Romary is taking the airline industry‘s yield management practices and turning them to the consumer‘s advantage.  In three months, his 275 beta testers have already racked up nearly $30,000 in savings, which comes to roughly $500 per traveler (assuming these are frequent fliers who log more than 25,000 miles a year).   Romary is philosophical about how his former colleagues and competitors in the airline industry will react:
We recognize we are throwing a hand grenade into a big industry.  There are airlines who get it and airlines who don’t in terms of building longterm relationships. Airlines looking to maximize short term profits are not going to like us.  Yield management systems are built to maximize revenue on a single flight, but the real win is building value over the long term.  Look, as an airline I still keep your cash.  I‘m taking a short-term hit, and over the next 12 months I have the opportunity to turn that $100 coupon into a $500 ticket. I’ve locked in your loyalty.

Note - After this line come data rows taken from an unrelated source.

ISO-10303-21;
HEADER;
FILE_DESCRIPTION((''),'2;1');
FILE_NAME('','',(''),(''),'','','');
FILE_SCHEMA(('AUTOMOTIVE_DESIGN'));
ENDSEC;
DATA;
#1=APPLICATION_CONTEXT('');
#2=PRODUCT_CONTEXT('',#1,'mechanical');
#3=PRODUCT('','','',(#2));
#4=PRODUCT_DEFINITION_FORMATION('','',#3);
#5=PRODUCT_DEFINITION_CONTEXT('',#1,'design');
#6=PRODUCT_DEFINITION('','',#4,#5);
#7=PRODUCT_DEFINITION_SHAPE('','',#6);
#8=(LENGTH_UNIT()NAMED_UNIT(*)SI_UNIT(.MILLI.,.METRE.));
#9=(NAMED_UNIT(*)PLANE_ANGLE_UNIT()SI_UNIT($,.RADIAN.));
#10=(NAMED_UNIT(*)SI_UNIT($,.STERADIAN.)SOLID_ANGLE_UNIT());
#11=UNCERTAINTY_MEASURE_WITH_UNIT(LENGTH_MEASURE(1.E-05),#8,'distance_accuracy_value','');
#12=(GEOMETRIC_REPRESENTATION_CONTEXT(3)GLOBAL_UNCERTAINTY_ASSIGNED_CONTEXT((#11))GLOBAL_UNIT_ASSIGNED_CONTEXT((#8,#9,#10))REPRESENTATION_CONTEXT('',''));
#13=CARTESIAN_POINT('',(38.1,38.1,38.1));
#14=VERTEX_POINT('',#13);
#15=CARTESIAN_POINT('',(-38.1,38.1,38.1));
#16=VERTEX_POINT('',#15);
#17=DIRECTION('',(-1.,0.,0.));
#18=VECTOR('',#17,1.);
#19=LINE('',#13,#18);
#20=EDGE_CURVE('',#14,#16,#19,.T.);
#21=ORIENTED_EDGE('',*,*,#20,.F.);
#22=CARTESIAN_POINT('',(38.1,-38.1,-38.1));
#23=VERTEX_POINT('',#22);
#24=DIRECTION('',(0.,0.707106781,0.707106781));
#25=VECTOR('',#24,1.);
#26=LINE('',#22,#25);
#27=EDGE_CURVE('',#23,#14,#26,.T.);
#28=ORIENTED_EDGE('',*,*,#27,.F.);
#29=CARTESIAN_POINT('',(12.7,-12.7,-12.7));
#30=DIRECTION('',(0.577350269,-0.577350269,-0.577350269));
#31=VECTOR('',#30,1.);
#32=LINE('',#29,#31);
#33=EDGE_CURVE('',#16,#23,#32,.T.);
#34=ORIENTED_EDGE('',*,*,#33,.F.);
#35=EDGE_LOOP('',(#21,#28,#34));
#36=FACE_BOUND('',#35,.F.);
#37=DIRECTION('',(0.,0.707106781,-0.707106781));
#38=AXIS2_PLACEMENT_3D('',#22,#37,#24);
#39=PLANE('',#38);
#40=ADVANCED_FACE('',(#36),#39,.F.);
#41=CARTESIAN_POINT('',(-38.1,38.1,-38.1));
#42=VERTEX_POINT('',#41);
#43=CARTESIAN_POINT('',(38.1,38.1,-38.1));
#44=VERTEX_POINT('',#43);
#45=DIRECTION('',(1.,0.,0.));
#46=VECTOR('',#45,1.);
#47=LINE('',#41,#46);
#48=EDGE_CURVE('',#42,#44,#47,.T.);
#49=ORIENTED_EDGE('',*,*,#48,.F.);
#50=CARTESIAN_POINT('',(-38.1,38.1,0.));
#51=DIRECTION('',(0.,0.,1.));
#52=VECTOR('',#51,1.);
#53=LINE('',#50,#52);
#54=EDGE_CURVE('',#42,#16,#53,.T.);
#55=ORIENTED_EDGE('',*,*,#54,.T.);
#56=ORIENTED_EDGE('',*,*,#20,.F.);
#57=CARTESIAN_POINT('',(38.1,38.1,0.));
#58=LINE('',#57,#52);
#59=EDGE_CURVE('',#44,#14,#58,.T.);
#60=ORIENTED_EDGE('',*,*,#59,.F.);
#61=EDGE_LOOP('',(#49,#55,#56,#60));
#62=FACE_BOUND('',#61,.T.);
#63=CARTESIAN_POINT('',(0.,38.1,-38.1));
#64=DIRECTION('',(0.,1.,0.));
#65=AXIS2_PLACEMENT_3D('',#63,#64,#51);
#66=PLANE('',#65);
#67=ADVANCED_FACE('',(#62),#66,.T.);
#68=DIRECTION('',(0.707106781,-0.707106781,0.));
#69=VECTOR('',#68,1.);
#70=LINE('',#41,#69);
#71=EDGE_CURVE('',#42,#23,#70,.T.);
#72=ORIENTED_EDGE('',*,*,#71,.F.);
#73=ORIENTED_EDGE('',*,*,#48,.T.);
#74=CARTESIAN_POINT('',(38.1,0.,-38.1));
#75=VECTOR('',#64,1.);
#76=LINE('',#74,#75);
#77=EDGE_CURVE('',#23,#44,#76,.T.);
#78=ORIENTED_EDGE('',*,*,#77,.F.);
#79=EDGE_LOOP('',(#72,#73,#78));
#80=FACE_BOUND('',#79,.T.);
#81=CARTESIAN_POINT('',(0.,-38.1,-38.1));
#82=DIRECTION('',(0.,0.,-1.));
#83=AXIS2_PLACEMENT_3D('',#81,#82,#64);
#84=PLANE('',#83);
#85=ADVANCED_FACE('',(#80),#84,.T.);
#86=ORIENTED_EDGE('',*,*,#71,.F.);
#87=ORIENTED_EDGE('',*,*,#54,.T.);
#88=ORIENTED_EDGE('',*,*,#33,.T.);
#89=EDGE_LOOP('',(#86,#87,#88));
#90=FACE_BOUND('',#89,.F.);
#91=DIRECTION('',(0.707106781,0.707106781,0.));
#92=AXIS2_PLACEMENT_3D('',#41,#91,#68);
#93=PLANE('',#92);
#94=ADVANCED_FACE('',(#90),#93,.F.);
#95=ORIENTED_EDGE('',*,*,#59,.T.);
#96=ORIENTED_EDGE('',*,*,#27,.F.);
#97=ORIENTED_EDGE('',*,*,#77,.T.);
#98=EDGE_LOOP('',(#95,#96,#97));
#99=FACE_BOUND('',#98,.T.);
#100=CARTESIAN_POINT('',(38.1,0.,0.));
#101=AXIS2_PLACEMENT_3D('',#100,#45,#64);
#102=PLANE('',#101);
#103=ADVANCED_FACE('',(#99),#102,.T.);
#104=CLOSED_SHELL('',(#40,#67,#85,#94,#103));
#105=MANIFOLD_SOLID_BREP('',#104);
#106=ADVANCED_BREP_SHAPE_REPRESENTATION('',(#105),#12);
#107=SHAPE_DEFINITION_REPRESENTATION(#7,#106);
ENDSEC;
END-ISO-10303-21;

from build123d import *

# Parameters (mm, degrees)
F0_W     = 76.2
F0_H     = 76.2
F1_DEPTH = 38.1
F3_DEPTH = 76.2
F5_DEPTH = 76.2


with BuildPart() as f1:
    # F0 (on Right) → F1 (new body, symmetric)
    with BuildSketch(Plane.YZ):
        Rectangle(F0_W, F0_H)
    extrude(amount=F1_DEPTH, both=True)

    # F2 (on face) → F3 (cut)
    with BuildSketch(Plane.YZ.offset(38.1)):
        Polygon((38.1, 38.1), (-38.1, 38.1), (-38.1, -38.1), align=None)
    extrude(amount=-F3_DEPTH, mode=Mode.SUBTRACT)

    # F4 (on face) → F5 (cut)
    with BuildSketch(Plane(origin=(0, 0, -38.1), x_dir=(1, 0, 0), z_dir=(0, 0, -1))):
        Polygon((-38.1, -38.1), (38.1, 38.1), (-38.1, 38.1), align=None)
    extrude(amount=-F5_DEPTH, mode=Mode.SUBTRACT)


solid = f1.part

The ones who should really be worried about Yapta is not the airlines, but the online travel sites like Orbitz and Expedia.  Yapta‘s trip-tagging software will work on those sites, but to qualify for the refunds you need to buy directly from the airlines‘ own Websites.  Romary says that more than half the people who visit travel Websites like Orbitz use them just for research, and then go get the better deals on the airline sites.  "They use it as search engine and then ditch it," says Romary. "We are just facilitating that behavior."
As Yapta learns about its users particular travel habits, it will be able to serve up targeted travel-related ads to them.  Romary also plans to cut affiliate deals with airlines, and offer personalized alerts on travel deals where Yapta would get a small fee for every ticket sold. Down the line he also hopes to create an alert system for frequent-flyer award seats, which are also yield-managed, which is why they appear and disappear depending on the demand for other seats on a particular flight.
The basic idea of a service that automatically checks prices for you and alerts you when they drop could be applied eventually to other areas of travel as well, such as hotels, rental cars, and restaurants.  Information is power, and Yapta‘s ambition is to give that power back to the consumer.